Start of Data under study

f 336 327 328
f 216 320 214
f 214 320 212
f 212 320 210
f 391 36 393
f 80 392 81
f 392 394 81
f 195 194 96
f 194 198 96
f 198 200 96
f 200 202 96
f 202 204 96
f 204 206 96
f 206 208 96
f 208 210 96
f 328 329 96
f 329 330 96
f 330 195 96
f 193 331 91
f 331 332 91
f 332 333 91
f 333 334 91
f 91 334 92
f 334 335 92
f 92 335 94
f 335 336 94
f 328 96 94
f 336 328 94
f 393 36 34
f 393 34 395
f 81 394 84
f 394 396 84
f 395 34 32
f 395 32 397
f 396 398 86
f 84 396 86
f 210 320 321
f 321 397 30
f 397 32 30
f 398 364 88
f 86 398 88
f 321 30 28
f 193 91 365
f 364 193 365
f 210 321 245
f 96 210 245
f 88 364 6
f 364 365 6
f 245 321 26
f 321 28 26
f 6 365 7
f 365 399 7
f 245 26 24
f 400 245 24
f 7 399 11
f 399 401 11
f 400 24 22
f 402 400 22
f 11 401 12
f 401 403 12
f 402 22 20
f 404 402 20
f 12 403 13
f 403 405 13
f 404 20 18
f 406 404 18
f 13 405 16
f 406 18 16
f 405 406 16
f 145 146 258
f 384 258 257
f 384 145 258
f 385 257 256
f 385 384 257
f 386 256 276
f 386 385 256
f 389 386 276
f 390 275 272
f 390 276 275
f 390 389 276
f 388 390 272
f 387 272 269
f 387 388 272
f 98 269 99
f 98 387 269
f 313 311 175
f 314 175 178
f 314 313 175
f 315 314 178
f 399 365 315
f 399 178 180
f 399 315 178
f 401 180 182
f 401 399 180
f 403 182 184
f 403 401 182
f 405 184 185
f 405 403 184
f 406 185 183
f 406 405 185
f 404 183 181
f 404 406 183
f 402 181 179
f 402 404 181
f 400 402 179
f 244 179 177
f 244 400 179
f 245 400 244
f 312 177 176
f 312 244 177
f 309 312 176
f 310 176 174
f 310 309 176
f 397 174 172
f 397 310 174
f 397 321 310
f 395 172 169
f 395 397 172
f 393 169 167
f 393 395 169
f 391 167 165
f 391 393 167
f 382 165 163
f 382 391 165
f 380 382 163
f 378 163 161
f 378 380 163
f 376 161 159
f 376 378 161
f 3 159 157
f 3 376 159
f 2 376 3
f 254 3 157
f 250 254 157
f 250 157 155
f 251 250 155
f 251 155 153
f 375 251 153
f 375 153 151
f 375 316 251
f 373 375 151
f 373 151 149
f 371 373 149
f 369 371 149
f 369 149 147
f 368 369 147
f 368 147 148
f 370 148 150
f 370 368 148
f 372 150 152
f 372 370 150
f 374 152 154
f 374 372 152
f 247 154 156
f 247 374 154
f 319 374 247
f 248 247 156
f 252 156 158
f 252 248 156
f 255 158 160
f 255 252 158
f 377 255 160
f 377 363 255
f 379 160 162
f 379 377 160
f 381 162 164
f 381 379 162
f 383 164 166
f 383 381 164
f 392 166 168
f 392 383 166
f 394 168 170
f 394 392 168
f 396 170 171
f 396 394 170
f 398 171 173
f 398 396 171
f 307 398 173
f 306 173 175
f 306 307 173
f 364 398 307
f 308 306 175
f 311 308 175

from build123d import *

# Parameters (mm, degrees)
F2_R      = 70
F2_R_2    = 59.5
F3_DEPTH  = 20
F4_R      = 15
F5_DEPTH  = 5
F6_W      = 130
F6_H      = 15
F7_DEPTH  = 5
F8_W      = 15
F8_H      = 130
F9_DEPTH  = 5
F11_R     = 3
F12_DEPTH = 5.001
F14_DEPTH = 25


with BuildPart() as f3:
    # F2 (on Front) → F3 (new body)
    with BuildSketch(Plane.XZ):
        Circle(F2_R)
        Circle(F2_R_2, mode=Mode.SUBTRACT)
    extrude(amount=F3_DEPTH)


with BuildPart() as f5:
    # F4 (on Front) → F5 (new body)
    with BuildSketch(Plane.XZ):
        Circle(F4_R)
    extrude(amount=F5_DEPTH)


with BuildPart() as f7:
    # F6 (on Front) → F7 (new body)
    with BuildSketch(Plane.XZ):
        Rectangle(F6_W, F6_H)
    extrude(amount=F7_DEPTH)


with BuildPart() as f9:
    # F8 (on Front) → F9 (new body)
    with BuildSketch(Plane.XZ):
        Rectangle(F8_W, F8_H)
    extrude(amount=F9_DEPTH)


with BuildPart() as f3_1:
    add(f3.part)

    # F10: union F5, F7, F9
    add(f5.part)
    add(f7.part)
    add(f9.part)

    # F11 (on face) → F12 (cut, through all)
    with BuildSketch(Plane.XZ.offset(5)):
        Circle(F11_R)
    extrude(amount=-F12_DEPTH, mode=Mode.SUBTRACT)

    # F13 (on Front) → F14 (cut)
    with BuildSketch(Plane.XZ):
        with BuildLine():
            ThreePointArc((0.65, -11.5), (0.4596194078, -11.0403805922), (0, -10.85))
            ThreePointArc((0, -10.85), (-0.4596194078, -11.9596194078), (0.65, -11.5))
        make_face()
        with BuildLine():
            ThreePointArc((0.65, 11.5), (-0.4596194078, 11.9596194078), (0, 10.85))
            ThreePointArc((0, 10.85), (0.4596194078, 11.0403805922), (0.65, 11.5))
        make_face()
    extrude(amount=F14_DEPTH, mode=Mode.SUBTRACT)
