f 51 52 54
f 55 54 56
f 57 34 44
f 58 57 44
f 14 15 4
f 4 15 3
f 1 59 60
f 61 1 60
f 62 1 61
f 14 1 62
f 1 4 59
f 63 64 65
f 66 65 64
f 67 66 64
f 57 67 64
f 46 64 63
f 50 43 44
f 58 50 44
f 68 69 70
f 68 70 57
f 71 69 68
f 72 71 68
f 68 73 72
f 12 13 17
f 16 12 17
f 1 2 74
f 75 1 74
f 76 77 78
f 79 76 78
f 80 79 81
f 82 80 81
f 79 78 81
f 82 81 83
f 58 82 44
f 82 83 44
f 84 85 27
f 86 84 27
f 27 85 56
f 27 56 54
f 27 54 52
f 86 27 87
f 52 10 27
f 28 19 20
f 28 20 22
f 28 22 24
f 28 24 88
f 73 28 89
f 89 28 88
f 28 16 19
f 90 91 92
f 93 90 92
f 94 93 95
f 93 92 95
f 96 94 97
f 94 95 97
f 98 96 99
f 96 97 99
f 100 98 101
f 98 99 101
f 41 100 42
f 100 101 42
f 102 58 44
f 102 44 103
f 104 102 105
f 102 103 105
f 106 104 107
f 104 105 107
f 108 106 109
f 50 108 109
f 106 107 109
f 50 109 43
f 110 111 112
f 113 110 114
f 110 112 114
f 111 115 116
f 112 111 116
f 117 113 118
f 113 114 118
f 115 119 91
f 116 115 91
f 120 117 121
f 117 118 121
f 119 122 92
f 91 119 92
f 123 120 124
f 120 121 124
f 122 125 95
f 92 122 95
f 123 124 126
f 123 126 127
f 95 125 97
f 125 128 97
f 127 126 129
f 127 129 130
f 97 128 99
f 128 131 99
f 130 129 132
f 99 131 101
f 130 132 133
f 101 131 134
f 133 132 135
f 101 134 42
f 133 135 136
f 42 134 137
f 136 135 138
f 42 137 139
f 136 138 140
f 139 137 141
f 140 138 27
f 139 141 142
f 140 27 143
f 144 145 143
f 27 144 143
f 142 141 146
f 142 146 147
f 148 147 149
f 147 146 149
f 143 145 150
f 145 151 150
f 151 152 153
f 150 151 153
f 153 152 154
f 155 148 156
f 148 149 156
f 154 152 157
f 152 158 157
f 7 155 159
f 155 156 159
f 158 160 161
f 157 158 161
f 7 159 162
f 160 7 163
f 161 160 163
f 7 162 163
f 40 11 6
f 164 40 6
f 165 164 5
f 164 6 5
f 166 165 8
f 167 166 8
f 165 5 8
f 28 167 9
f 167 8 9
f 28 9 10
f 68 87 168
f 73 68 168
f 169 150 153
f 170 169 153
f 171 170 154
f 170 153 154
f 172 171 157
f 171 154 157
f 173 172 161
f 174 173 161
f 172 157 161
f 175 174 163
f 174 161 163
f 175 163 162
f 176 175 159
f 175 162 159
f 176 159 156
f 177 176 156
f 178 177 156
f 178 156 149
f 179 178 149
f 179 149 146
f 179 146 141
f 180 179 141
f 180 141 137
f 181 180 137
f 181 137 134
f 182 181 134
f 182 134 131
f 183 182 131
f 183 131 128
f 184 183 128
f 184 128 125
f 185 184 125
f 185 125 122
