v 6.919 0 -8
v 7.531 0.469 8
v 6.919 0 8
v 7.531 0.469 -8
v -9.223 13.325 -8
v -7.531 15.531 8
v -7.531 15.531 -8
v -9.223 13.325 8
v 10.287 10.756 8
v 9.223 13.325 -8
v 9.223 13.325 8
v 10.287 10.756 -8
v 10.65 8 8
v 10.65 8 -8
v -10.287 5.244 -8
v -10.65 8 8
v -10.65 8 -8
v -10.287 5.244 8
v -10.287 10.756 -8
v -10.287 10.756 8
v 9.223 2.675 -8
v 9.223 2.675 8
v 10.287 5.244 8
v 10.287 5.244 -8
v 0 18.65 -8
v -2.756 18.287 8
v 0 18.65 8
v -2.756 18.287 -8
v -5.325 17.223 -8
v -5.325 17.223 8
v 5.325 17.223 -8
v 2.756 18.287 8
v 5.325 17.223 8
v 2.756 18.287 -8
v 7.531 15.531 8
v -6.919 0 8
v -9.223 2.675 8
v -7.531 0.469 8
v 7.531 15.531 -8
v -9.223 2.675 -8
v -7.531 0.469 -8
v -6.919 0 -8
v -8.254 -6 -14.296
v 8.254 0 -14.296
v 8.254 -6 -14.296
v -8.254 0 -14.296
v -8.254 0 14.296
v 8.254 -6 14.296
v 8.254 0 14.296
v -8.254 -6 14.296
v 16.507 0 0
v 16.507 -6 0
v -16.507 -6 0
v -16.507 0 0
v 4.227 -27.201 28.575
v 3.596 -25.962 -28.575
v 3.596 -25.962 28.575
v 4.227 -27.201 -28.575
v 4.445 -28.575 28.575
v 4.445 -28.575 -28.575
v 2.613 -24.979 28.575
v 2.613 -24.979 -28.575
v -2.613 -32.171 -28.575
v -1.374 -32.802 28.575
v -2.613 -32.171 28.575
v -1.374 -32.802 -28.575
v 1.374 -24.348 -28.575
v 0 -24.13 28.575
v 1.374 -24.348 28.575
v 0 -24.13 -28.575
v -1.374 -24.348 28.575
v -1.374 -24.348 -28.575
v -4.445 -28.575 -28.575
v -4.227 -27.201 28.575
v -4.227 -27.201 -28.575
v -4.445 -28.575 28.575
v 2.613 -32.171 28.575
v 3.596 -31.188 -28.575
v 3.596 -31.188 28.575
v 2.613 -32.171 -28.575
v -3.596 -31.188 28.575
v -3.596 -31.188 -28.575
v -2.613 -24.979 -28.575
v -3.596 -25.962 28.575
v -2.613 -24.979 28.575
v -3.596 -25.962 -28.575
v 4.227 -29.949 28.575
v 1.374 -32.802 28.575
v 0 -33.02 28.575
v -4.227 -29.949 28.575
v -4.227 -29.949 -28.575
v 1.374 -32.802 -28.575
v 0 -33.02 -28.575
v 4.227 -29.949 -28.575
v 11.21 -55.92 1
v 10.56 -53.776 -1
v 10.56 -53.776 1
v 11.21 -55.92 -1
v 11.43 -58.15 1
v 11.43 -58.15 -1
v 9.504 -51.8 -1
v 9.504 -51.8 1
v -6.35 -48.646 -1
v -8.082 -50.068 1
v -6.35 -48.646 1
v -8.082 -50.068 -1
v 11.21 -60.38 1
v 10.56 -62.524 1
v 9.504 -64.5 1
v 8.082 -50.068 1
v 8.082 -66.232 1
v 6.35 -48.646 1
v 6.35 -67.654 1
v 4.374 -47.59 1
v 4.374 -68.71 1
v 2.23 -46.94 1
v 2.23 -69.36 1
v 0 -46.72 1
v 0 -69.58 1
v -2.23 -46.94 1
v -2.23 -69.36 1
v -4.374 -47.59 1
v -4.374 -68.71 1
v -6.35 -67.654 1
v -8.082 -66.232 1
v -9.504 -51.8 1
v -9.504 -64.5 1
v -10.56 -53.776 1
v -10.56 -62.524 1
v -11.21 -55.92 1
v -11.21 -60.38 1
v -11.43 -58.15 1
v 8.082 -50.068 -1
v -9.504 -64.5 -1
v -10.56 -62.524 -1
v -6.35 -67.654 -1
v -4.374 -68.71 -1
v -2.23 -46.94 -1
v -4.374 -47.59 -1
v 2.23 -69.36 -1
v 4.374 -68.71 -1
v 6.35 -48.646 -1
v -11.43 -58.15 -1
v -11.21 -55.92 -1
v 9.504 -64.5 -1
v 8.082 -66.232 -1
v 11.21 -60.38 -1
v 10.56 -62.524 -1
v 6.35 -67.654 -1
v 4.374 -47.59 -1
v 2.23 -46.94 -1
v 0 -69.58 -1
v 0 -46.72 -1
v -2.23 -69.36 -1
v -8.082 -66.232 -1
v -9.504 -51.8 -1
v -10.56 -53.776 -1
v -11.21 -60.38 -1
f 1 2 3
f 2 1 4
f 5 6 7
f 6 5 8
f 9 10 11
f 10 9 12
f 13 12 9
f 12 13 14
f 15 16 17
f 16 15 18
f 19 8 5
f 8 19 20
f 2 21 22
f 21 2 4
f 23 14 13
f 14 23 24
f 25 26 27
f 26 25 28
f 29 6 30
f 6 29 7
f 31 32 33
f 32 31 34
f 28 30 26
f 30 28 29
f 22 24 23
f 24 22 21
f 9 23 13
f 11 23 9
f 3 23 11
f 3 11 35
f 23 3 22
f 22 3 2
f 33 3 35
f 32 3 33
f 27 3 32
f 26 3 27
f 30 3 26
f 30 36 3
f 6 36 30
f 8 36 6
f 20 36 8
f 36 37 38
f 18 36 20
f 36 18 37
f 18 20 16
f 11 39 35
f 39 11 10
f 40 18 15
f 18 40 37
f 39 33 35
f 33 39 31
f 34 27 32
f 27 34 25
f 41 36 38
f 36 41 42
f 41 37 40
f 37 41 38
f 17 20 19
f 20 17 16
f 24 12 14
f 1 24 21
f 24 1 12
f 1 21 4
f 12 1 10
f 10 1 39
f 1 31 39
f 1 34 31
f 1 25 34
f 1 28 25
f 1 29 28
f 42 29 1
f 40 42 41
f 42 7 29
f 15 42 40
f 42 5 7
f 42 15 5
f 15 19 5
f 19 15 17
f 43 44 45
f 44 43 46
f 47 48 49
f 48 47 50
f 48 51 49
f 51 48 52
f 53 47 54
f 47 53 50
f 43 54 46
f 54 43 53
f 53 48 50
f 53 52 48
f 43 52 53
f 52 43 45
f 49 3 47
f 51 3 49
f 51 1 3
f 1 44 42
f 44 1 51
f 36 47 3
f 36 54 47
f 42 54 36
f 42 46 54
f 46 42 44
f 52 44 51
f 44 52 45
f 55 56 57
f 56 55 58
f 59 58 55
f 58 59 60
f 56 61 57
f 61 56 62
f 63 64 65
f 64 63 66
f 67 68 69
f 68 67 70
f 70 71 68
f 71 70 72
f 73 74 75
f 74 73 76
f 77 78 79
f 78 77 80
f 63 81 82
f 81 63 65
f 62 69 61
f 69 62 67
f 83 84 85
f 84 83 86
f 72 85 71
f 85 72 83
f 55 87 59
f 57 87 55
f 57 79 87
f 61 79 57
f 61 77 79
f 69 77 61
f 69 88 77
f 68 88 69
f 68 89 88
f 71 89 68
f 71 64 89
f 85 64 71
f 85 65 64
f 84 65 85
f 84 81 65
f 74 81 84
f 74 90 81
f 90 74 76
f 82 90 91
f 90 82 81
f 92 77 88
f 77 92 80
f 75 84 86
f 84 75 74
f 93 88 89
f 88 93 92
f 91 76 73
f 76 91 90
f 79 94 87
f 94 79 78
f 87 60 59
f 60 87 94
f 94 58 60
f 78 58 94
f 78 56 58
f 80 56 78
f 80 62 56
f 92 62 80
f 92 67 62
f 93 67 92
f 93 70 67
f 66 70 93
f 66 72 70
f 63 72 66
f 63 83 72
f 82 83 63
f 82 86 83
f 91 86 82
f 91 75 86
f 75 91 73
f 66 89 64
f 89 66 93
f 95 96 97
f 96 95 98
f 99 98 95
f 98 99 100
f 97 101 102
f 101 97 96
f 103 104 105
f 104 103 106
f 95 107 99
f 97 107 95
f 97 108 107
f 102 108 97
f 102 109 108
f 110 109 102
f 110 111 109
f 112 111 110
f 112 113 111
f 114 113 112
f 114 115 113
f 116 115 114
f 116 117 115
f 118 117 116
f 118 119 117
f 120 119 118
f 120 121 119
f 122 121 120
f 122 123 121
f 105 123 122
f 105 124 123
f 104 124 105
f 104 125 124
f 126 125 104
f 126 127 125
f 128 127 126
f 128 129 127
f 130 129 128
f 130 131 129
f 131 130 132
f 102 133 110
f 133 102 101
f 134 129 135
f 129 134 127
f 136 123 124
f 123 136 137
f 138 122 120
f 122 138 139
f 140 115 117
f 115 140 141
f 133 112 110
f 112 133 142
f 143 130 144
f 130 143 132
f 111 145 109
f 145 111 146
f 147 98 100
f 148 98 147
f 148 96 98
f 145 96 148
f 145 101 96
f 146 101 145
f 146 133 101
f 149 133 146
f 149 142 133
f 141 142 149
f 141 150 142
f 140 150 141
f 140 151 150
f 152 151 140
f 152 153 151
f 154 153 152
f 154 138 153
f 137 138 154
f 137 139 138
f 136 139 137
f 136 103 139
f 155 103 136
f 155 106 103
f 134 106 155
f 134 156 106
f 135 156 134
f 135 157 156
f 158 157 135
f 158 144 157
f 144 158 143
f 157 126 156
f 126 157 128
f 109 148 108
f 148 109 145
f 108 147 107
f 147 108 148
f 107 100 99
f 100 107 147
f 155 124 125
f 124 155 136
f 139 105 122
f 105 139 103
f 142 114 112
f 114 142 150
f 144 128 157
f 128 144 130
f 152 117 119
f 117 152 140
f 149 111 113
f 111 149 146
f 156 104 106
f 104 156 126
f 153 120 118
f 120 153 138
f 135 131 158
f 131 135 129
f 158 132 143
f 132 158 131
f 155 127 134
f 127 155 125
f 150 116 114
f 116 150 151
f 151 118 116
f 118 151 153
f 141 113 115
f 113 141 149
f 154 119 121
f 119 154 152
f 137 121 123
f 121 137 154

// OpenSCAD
// Auto-generated by scripts/author_from_manifest.py (Phase D.3).
// Source: data/phase_d_manifest.json (sku_intent='reliable-f1res58-pendent-175f').
// Do not hand-edit — regenerate from the manifest.
//
// @part reliable_f1res58_pendent_175f
// @kind sprinkler_head
// @category head.pendant.k58
// @display-name "Reliable F1Res 58 Residential Pendent K5.8 175°F"
// @mfg reliable_automatic_sprinkler
// @mfg-pn F1Res_58
// @listing UL FM
// @hazard-classes LH
// @price-usd 17.25
// @install-minutes 8
// @crew journeyman
// @k-factor 5.8
// @orientation pendant
// @response quick
// @temperature 175F
// @param size_in number default=0.5 label="Size" unit="in"
// @port inlet position=[0,0.014,0] direction=[0,1,0] style=NPT_threaded size_in=0.5 role=drop

size_in = 0.5;
k_factor = 5.8;

length_mm   = 57.15;
body_dia_mm = 25.40;
thread_od   = 21.3;
thread_len  = 16;
deflector_d = body_dia_mm * 0.9;

 union() {
    translate([0, thread_len/2, 0])
        cylinder(h = thread_len, d = thread_od, center = true, $fn = 24);
    translate([0, -3, 0])
        rotate([90, 0, 0])
        cylinder(h = 6, d = thread_od * 1.55, $fn = 6, center = true);
    translate([0, -length_mm/2, 0])
        cylinder(h = length_mm, d = body_dia_mm * 0.35, center = true, $fn = 20);
    translate([0, -length_mm - 1, 0])
        cylinder(h = 2, d = deflector_d, center = true, $fn = 32);
}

End of Data under study

Look over the data above and show each line that contains "ThreePointArc".

            ThreePointArc((0.65, -11.5), (0.4596194078, -11.0403805922), (0, -10.85))
            ThreePointArc((0, -10.85), (-0.4596194078, -11.9596194078), (0.65, -11.5))
            ThreePointArc((0.65, 11.5), (-0.4596194078, 11.9596194078), (0, 10.85))
            ThreePointArc((0, 10.85), (0.4596194078, 11.0403805922), (0.65, 11.5))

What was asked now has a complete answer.